[Dataset items]
++++
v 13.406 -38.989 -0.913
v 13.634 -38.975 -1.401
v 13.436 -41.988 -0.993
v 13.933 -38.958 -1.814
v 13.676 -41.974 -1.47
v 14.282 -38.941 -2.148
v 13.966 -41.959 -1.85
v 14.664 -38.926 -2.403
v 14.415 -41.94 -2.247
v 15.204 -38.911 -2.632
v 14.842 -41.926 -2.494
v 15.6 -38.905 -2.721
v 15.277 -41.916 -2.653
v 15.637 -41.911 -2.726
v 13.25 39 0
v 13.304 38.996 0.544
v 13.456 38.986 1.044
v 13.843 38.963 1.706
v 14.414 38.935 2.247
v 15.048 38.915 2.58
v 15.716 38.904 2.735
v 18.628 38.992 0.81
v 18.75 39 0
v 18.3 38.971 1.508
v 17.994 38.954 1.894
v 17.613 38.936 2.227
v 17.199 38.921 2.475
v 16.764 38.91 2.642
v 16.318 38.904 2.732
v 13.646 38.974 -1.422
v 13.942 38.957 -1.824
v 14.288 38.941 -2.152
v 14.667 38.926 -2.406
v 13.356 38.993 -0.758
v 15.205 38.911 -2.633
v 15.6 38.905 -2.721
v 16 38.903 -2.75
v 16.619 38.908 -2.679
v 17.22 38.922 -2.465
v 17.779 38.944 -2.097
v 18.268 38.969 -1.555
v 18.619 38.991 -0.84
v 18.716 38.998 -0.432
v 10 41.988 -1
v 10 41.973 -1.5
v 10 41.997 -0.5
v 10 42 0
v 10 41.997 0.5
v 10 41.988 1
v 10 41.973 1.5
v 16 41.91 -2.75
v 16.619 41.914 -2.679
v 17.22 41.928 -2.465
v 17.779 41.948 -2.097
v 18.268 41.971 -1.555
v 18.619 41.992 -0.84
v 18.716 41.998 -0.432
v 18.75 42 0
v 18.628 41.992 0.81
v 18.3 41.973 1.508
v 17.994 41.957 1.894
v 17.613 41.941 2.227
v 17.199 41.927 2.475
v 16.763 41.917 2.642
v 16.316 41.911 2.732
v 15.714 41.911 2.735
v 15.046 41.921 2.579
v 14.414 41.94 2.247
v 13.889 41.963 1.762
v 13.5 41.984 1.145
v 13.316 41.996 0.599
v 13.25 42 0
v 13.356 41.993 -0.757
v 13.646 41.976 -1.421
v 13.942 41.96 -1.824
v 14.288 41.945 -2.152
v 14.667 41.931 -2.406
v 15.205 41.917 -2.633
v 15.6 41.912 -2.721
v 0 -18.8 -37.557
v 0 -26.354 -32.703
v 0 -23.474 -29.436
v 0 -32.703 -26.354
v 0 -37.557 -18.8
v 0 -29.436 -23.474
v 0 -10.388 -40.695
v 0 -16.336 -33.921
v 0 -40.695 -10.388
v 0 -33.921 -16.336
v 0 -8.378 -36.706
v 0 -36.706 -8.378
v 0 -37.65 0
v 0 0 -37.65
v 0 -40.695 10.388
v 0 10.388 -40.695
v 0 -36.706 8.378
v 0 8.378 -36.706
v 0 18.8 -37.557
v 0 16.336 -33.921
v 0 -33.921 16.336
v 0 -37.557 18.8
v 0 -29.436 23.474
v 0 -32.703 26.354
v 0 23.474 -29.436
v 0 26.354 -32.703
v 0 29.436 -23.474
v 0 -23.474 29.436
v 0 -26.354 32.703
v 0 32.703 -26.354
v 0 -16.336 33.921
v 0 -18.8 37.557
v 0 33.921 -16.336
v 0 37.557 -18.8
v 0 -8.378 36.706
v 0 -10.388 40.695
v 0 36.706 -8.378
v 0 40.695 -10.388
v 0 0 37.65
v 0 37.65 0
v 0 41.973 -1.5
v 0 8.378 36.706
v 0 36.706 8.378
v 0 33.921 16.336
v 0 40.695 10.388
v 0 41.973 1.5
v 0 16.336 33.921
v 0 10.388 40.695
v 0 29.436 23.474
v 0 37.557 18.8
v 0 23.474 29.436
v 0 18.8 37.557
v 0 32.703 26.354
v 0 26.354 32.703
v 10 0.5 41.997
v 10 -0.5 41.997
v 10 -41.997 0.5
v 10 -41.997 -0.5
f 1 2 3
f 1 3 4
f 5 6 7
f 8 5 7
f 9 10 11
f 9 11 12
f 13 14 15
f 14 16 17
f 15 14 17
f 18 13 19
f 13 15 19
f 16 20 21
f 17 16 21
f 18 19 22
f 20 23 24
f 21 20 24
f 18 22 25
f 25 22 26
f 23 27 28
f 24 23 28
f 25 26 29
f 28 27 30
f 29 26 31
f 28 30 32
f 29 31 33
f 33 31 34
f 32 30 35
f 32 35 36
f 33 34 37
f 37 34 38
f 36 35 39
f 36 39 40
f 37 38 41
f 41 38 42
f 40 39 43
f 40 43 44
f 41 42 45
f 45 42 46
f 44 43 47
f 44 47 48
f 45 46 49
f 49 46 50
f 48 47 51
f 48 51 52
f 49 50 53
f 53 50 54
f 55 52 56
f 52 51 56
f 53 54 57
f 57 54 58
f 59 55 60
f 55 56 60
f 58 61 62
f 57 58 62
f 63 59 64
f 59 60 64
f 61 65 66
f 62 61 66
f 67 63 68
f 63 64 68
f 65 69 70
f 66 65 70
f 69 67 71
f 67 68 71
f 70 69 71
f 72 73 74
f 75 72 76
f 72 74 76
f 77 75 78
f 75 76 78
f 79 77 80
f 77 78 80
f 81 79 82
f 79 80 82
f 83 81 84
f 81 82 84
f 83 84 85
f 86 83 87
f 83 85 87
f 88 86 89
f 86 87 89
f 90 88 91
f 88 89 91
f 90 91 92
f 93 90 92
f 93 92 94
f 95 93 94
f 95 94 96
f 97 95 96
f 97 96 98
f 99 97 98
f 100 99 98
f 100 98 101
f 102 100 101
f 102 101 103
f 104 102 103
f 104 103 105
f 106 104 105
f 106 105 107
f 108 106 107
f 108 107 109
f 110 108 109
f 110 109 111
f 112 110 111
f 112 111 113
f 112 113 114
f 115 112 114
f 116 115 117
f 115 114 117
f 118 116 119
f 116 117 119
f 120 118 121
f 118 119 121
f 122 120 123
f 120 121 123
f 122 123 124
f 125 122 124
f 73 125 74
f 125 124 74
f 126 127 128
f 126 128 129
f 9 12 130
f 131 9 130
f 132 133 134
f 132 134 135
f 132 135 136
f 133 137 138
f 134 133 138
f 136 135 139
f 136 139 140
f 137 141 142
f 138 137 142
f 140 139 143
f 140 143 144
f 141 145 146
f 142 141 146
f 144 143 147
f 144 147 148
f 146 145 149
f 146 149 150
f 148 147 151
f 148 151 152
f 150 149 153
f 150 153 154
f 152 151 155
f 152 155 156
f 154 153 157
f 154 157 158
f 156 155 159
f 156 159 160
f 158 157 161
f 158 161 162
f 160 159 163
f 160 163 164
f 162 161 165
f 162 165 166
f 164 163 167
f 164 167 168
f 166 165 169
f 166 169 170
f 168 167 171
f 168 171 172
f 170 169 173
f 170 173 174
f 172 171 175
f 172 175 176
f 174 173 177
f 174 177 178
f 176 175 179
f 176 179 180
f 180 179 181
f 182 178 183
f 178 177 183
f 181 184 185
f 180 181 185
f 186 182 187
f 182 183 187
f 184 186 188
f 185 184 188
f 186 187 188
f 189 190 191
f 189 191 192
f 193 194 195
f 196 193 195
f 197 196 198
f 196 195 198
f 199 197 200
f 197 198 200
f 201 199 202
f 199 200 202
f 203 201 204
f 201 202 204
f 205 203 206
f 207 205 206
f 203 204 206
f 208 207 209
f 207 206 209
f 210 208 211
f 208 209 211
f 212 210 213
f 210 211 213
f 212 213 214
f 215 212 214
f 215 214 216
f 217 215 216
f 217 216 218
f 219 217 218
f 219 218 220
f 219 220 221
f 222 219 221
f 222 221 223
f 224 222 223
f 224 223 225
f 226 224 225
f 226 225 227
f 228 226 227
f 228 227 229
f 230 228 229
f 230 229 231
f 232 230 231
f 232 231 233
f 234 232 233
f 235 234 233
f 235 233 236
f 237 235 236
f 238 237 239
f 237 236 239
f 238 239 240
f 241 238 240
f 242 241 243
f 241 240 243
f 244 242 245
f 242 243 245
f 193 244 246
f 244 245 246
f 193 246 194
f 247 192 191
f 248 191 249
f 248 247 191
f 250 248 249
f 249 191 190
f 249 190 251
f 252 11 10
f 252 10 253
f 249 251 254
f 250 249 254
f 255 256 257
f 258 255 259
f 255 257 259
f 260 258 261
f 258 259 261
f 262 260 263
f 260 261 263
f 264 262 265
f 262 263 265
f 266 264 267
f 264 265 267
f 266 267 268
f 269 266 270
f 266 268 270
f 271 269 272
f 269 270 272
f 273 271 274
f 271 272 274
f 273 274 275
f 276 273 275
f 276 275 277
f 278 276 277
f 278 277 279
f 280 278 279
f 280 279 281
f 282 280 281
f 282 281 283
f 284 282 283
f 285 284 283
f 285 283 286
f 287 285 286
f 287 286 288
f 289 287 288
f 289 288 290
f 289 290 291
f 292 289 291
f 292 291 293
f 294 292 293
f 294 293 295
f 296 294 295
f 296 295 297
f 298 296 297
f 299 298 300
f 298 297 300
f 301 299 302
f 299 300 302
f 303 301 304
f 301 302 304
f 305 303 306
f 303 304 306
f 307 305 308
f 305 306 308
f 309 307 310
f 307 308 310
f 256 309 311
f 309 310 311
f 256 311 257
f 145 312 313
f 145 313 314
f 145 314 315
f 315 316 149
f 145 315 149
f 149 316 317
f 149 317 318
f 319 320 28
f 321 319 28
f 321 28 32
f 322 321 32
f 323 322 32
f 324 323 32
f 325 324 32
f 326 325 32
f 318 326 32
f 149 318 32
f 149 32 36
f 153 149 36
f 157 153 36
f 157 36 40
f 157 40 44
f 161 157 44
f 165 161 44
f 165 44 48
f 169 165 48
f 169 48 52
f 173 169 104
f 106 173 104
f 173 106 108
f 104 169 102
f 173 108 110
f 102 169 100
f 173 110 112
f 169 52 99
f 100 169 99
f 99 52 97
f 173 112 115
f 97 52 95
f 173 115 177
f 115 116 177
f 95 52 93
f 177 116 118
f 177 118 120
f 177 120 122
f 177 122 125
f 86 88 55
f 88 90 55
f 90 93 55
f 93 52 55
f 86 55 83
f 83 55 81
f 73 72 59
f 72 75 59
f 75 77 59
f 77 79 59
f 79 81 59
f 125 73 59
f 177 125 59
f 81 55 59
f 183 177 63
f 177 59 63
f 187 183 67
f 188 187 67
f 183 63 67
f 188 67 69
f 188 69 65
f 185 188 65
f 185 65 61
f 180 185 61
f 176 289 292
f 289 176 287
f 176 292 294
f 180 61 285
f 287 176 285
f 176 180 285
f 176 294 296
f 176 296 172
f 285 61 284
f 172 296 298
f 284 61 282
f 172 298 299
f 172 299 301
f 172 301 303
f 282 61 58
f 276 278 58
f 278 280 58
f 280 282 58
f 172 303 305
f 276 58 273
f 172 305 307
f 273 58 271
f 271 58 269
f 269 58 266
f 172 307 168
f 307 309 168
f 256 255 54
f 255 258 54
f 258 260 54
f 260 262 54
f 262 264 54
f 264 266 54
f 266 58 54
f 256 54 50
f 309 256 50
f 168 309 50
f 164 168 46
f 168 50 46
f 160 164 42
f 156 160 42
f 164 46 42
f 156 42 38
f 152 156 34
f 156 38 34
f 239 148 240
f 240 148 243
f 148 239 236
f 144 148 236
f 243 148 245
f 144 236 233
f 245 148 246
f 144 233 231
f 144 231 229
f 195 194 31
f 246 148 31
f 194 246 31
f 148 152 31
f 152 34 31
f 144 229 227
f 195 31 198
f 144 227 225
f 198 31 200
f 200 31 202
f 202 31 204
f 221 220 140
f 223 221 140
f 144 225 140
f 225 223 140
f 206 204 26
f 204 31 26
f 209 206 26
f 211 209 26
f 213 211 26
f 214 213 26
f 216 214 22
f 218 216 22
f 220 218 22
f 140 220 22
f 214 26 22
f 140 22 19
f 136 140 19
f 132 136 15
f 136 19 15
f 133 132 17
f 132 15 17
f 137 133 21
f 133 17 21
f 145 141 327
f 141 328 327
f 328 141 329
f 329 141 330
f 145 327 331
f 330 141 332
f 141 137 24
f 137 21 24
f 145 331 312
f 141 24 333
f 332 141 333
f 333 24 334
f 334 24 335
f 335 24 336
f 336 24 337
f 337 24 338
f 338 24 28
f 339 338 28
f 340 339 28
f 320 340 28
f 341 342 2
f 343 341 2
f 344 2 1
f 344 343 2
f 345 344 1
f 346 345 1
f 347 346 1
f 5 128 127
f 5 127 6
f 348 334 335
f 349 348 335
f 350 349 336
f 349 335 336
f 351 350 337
++++
■ What you need to do:
Every line from the one containing "f 133 17 21" through the last line of the entries above must be output exactly. Leave the rest out.

■ Response to the task:
f 133 17 21
f 145 141 327
f 141 328 327
f 328 141 329
f 329 141 330
f 145 327 331
f 330 141 332
f 141 137 24
f 137 21 24
f 145 331 312
f 141 24 333
f 332 141 333
f 333 24 334
f 334 24 335
f 335 24 336
f 336 24 337
f 337 24 338
f 338 24 28
f 339 338 28
f 340 339 28
f 320 340 28
f 341 342 2
f 343 341 2
f 344 2 1
f 344 343 2
f 345 344 1
f 346 345 1
f 347 346 1
f 5 128 127
f 5 127 6
f 348 334 335
f 349 348 335
f 350 349 336
f 349 335 336
f 351 350 337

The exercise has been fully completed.